- Required work
Repeat the records below exactly, beginning at the first line and finishing with the line that contains "#274=LINE('',#199,#18);".

Collected data:
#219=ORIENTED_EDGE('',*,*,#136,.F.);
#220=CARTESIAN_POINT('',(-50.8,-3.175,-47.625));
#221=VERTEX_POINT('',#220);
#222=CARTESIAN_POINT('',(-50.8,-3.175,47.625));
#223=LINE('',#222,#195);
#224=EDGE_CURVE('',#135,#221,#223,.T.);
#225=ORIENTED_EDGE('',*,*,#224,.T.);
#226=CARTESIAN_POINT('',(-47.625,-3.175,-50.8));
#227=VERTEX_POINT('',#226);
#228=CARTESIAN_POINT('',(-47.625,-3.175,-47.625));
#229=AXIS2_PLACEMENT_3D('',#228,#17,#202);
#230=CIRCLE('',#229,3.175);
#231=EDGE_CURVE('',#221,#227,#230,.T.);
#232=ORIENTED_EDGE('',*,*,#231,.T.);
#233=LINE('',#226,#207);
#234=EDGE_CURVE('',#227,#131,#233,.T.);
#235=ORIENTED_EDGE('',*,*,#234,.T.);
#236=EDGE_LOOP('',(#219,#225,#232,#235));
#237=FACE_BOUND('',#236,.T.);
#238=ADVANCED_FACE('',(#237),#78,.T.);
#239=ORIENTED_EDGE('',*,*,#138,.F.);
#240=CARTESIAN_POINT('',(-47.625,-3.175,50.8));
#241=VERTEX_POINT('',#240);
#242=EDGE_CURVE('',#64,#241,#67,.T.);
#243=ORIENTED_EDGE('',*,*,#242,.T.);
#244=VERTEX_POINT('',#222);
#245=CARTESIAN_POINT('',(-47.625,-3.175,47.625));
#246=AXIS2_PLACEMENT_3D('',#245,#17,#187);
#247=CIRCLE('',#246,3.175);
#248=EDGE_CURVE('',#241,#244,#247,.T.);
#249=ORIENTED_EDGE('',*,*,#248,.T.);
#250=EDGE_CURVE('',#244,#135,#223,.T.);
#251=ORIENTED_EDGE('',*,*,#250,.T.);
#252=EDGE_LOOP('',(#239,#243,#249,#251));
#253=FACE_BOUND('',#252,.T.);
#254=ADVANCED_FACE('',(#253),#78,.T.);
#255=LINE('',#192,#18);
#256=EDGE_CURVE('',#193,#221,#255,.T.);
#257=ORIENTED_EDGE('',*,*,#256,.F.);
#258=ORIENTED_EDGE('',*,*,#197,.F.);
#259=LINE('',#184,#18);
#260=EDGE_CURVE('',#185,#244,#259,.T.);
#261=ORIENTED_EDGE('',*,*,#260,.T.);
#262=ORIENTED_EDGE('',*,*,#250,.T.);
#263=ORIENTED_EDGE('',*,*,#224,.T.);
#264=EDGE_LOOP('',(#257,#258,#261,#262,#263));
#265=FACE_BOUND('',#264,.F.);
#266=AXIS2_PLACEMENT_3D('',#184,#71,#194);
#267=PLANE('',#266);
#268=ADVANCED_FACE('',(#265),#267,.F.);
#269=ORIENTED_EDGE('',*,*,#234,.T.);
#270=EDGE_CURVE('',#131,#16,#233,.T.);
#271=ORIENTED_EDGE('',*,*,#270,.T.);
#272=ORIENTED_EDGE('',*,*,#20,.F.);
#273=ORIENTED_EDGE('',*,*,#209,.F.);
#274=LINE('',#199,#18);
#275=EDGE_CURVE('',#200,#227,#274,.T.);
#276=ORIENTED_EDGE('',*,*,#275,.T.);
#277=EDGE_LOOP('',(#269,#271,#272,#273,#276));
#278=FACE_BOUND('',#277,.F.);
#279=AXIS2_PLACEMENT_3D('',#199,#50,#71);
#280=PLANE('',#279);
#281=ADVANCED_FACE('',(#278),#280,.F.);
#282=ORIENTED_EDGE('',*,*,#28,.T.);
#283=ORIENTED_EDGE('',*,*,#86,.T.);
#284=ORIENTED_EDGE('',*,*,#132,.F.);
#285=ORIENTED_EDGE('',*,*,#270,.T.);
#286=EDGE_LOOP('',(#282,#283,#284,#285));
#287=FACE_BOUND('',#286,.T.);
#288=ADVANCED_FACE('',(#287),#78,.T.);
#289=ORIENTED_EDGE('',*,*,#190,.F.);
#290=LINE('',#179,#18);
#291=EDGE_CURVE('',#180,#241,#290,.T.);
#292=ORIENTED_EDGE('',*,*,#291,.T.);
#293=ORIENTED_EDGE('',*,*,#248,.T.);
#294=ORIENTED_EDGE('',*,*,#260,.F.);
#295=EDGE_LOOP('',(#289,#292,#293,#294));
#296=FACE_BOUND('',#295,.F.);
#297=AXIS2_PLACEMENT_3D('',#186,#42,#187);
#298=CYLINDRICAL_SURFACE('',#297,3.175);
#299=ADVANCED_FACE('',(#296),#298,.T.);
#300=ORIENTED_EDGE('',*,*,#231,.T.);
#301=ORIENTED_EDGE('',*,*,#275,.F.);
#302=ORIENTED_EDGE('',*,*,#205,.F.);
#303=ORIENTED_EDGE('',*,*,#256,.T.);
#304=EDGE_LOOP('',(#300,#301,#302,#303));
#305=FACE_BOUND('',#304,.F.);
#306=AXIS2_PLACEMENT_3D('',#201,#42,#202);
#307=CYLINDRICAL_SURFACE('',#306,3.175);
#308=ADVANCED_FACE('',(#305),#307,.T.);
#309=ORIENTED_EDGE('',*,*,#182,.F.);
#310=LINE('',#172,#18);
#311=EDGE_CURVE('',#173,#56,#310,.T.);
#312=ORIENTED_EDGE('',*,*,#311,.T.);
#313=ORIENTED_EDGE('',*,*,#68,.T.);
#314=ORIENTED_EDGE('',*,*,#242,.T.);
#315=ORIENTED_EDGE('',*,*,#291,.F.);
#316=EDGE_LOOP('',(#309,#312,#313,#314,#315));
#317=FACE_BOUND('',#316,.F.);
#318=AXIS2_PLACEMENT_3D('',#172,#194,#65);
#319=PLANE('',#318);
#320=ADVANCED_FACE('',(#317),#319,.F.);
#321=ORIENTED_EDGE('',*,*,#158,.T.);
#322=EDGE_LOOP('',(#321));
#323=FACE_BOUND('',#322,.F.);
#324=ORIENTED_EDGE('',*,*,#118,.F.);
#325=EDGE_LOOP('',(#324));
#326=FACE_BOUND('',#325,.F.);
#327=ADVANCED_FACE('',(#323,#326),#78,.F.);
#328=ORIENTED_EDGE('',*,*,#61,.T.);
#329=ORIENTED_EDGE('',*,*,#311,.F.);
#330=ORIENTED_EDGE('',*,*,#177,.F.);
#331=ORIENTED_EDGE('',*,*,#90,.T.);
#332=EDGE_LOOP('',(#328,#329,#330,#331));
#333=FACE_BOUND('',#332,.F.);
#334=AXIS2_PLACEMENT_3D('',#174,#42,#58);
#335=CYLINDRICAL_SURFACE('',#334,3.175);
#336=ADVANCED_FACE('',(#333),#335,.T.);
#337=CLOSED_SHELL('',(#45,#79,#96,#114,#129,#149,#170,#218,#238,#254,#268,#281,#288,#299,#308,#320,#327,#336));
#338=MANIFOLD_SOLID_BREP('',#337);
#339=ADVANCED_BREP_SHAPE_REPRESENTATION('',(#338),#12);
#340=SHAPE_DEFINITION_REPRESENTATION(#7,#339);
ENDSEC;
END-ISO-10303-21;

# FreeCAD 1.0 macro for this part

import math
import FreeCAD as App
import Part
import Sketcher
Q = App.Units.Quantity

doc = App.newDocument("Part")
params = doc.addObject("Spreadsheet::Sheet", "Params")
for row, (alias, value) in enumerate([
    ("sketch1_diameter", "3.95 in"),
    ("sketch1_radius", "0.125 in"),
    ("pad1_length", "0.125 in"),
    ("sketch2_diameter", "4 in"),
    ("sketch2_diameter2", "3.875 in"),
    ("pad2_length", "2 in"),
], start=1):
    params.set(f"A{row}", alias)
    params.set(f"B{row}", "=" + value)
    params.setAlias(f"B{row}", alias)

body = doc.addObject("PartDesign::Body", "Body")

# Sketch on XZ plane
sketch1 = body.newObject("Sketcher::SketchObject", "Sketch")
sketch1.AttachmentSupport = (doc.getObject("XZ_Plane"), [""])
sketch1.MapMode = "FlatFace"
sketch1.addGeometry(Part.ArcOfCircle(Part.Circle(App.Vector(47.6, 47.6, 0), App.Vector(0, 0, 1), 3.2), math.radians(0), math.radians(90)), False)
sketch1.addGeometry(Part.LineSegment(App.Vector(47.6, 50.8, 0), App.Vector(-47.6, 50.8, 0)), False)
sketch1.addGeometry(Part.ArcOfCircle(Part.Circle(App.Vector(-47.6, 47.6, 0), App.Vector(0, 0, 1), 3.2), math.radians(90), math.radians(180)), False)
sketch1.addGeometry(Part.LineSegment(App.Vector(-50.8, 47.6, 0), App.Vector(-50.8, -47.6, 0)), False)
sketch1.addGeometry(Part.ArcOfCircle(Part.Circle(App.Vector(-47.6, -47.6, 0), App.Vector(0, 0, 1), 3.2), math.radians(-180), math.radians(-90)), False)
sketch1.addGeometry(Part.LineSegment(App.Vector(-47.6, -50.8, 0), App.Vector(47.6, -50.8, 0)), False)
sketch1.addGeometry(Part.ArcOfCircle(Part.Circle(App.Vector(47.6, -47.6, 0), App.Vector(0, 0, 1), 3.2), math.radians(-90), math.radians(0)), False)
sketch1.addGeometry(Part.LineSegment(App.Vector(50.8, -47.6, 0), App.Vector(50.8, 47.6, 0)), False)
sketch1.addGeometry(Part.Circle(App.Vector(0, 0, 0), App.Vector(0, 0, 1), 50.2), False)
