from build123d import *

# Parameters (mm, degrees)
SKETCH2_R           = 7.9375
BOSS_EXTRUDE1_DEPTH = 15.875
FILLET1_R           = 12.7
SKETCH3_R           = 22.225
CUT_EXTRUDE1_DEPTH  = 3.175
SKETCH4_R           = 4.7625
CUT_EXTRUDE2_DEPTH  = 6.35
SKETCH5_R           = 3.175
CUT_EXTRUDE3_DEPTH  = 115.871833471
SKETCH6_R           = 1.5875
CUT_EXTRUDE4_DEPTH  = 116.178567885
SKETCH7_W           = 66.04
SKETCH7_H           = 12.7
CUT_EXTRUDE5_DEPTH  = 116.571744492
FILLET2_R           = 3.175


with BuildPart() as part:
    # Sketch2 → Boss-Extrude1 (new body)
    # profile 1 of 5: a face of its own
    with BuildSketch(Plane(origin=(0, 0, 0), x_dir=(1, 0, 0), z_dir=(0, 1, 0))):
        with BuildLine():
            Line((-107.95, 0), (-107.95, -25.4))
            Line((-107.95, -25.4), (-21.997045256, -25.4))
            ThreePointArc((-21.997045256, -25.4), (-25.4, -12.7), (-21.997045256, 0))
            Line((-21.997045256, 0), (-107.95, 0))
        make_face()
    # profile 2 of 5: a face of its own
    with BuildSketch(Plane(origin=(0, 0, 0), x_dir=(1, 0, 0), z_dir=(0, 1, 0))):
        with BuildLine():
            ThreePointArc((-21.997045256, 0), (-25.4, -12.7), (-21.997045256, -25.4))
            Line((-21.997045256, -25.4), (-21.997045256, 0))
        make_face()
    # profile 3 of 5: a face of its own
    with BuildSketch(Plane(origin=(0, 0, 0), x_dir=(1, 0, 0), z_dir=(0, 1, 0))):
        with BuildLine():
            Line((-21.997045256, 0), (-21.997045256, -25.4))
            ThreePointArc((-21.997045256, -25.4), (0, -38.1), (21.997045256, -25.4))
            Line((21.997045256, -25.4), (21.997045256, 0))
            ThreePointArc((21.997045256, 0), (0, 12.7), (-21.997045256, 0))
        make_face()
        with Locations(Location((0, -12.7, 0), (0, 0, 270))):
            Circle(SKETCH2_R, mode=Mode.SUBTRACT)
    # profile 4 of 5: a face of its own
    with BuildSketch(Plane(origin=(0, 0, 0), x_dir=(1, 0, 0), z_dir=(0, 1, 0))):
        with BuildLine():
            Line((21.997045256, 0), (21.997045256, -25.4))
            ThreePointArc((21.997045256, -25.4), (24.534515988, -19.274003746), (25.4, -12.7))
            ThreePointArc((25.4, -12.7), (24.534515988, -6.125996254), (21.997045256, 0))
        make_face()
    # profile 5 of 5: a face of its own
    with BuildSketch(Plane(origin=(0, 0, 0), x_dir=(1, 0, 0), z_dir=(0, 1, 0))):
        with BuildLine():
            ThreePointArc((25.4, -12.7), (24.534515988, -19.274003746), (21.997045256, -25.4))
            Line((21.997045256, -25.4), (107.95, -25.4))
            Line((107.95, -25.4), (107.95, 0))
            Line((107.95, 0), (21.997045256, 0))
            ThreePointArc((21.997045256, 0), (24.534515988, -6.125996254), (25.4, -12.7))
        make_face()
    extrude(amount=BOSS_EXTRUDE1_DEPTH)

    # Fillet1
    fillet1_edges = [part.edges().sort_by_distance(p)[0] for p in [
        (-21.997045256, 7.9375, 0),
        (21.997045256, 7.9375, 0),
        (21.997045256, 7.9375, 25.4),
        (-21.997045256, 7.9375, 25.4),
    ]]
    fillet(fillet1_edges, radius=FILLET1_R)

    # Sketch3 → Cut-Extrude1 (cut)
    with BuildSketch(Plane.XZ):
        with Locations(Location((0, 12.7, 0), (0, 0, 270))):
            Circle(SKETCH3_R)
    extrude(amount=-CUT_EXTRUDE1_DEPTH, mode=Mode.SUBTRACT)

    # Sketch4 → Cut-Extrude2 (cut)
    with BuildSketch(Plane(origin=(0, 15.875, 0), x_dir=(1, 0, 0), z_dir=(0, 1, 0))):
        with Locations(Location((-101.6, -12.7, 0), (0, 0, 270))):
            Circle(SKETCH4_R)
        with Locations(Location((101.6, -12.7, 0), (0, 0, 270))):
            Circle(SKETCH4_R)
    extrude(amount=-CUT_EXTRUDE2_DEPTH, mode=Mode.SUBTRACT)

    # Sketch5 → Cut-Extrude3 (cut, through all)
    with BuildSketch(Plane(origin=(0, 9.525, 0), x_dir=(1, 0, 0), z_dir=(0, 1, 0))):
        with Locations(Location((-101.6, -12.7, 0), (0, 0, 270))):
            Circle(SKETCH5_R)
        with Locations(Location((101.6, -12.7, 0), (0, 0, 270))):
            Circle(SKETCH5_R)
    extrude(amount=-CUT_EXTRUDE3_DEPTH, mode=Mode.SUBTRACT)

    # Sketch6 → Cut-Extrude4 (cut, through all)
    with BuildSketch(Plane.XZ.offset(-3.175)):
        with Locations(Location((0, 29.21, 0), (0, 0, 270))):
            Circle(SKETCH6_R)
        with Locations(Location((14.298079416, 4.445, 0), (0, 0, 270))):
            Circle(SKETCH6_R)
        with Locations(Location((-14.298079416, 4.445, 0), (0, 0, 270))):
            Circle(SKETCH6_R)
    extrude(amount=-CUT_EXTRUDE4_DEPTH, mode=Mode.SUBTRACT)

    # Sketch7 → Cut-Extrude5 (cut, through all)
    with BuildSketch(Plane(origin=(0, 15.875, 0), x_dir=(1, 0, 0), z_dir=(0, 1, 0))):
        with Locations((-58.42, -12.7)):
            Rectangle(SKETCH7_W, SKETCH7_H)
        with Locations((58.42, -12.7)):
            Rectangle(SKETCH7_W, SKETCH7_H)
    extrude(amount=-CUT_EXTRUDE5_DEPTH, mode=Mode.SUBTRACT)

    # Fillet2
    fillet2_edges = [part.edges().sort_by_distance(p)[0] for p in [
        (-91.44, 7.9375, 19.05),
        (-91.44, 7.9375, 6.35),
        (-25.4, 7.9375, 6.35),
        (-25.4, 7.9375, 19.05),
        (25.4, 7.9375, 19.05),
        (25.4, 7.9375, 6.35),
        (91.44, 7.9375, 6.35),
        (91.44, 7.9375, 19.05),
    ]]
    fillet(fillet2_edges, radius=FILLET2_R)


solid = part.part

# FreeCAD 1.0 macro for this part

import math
import FreeCAD as App
import Part
import Sketcher
from FreeCAD import Vector
Q = App.Units.Quantity


def edges_at(feature, points):
    """Names of the edges that pass closest to the given points."""
    edges = feature.Shape.Edges
    near = lambda p: min(range(len(edges)), key=lambda i: edges[i].distToShape(Part.Vertex(*p))[0])
    return sorted({f"Edge{near(p) + 1}" for p in points})


def add_polygon(sketch, points):
    """Adds a closed chain of lines whose ends are joined by coincident constraints."""
    first, n = sketch.GeometryCount, len(points)
    for a, b in zip(points, points[1:] + points[:1]):
        sketch.addGeometry(Part.LineSegment(App.Vector(*a, 0), App.Vector(*b, 0)), False)
    for i in range(n):
        sketch.addConstraint(Sketcher.Constraint("Coincident", first + i, 2, first + (i + 1) % n, 1))

doc = App.newDocument("Part")
body = doc.addObject("PartDesign::Body", "Body")

# Sketch on XZ plane
sketch1 = body.newObject("Sketcher::SketchObject", "Sketch")
sketch1.AttachmentSupport = (doc.getObject("XZ_Plane"), [""])
sketch1.MapMode = "FlatFace"
sketch1.addGeometry(Part.LineSegment(Vector(-107.95, 0, 0), Vector(-107.95, 25.4, 0)), False)
sketch1.addGeometry(Part.LineSegment(Vector(-107.95, 25.4, 0), Vector(-21.997045, 25.4, 0)), False)
sketch1.addGeometry(Part.ArcOfCircle(Part.Circle(Vector(0, 12.7, 0), Vector(0, 0, 1), 25.4), math.radians(30), math.radians(150)), False)
sketch1.addGeometry(Part.LineSegment(Vector(21.997045, 25.4, 0), Vector(107.95, 25.4, 0)), False)
sketch1.addGeometry(Part.LineSegment(Vector(107.95, 25.4, 0), Vector(107.95, 0, 0)), False)
sketch1.addGeometry(Part.LineSegment(Vector(107.95, 0, 0), Vector(21.997045, 0, 0)), False)
sketch1.addGeometry(Part.ArcOfCircle(Part.Circle(Vector(0, 12.7, 0), Vector(0, 0, 1), 25.4), math.radians(-150), math.radians(-30)), False)
sketch1.addGeometry(Part.LineSegment(Vector(-21.997045, 0, 0), Vector(-107.95, 0, 0)), False)
sketch1.addGeometry(Part.Circle(Vector(0, 12.7, 0), Vector(0, 0, 1), 7.9375), False)
sketch1.addConstraint(Sketcher.Constraint("Coincident", 0, 2, 1, 1))
sketch1.addConstraint(Sketcher.Constraint("Coincident", 1, 2, 2, 2))
sketch1.addConstraint(Sketcher.Constraint("Coincident", 2, 1, 3, 1))
sketch1.addConstraint(Sketcher.Constraint("Coincident", 3, 2, 4, 1))
sketch1.addConstraint(Sketcher.Constraint("Coincident", 4, 2, 5, 1))
sketch1.addConstraint(Sketcher.Constraint("Coincident", 5, 2, 6, 2))
sketch1.addConstraint(Sketcher.Constraint("Coincident", 6, 1, 7, 1))
sketch1.addConstraint(Sketcher.Constraint("Coincident", 7, 2, 0, 1))
sketch1.addConstraint(Sketcher.Constraint("Vertical", 0))
sketch1.addConstraint(Sketcher.Constraint("Horizontal", 1))
sketch1.addConstraint(Sketcher.Constraint("Horizontal", 3))
sketch1.addConstraint(Sketcher.Constraint("Vertical", 4))
sketch1.addConstraint(Sketcher.Constraint("Horizontal", 5))
sketch1.addConstraint(Sketcher.Constraint("Horizontal", 7))
sketch1.addConstraint(Sketcher.Constraint("Coincident", 6, 3, 2, 3))
sketch1.addConstraint(Sketcher.Constraint("Coincident", 8, 3, 2, 3))
sketch1.addConstraint(Sketcher.Constraint("Equal", 2, 6))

- Exercise output
#219=ORIENTED_EDGE('',*,*,#136,.F.);
#220=CARTESIAN_POINT('',(-50.8,-3.175,-47.625));
#221=VERTEX_POINT('',#220);
#222=CARTESIAN_POINT('',(-50.8,-3.175,47.625));
#223=LINE('',#222,#195);
#224=EDGE_CURVE('',#135,#221,#223,.T.);
#225=ORIENTED_EDGE('',*,*,#224,.T.);
#226=CARTESIAN_POINT('',(-47.625,-3.175,-50.8));
#227=VERTEX_POINT('',#226);
#228=CARTESIAN_POINT('',(-47.625,-3.175,-47.625));
#229=AXIS2_PLACEMENT_3D('',#228,#17,#202);
#230=CIRCLE('',#229,3.175);
#231=EDGE_CURVE('',#221,#227,#230,.T.);
#232=ORIENTED_EDGE('',*,*,#231,.T.);
#233=LINE('',#226,#207);
#234=EDGE_CURVE('',#227,#131,#233,.T.);
#235=ORIENTED_EDGE('',*,*,#234,.T.);
#236=EDGE_LOOP('',(#219,#225,#232,#235));
#237=FACE_BOUND('',#236,.T.);
#238=ADVANCED_FACE('',(#237),#78,.T.);
#239=ORIENTED_EDGE('',*,*,#138,.F.);
#240=CARTESIAN_POINT('',(-47.625,-3.175,50.8));
#241=VERTEX_POINT('',#240);
#242=EDGE_CURVE('',#64,#241,#67,.T.);
#243=ORIENTED_EDGE('',*,*,#242,.T.);
#244=VERTEX_POINT('',#222);
#245=CARTESIAN_POINT('',(-47.625,-3.175,47.625));
#246=AXIS2_PLACEMENT_3D('',#245,#17,#187);
#247=CIRCLE('',#246,3.175);
#248=EDGE_CURVE('',#241,#244,#247,.T.);
#249=ORIENTED_EDGE('',*,*,#248,.T.);
#250=EDGE_CURVE('',#244,#135,#223,.T.);
#251=ORIENTED_EDGE('',*,*,#250,.T.);
#252=EDGE_LOOP('',(#239,#243,#249,#251));
#253=FACE_BOUND('',#252,.T.);
#254=ADVANCED_FACE('',(#253),#78,.T.);
#255=LINE('',#192,#18);
#256=EDGE_CURVE('',#193,#221,#255,.T.);
#257=ORIENTED_EDGE('',*,*,#256,.F.);
#258=ORIENTED_EDGE('',*,*,#197,.F.);
#259=LINE('',#184,#18);
#260=EDGE_CURVE('',#185,#244,#259,.T.);
#261=ORIENTED_EDGE('',*,*,#260,.T.);
#262=ORIENTED_EDGE('',*,*,#250,.T.);
#263=ORIENTED_EDGE('',*,*,#224,.T.);
#264=EDGE_LOOP('',(#257,#258,#261,#262,#263));
#265=FACE_BOUND('',#264,.F.);
#266=AXIS2_PLACEMENT_3D('',#184,#71,#194);
#267=PLANE('',#266);
#268=ADVANCED_FACE('',(#265),#267,.F.);
#269=ORIENTED_EDGE('',*,*,#234,.T.);
#270=EDGE_CURVE('',#131,#16,#233,.T.);
#271=ORIENTED_EDGE('',*,*,#270,.T.);
#272=ORIENTED_EDGE('',*,*,#20,.F.);
#273=ORIENTED_EDGE('',*,*,#209,.F.);
#274=LINE('',#199,#18);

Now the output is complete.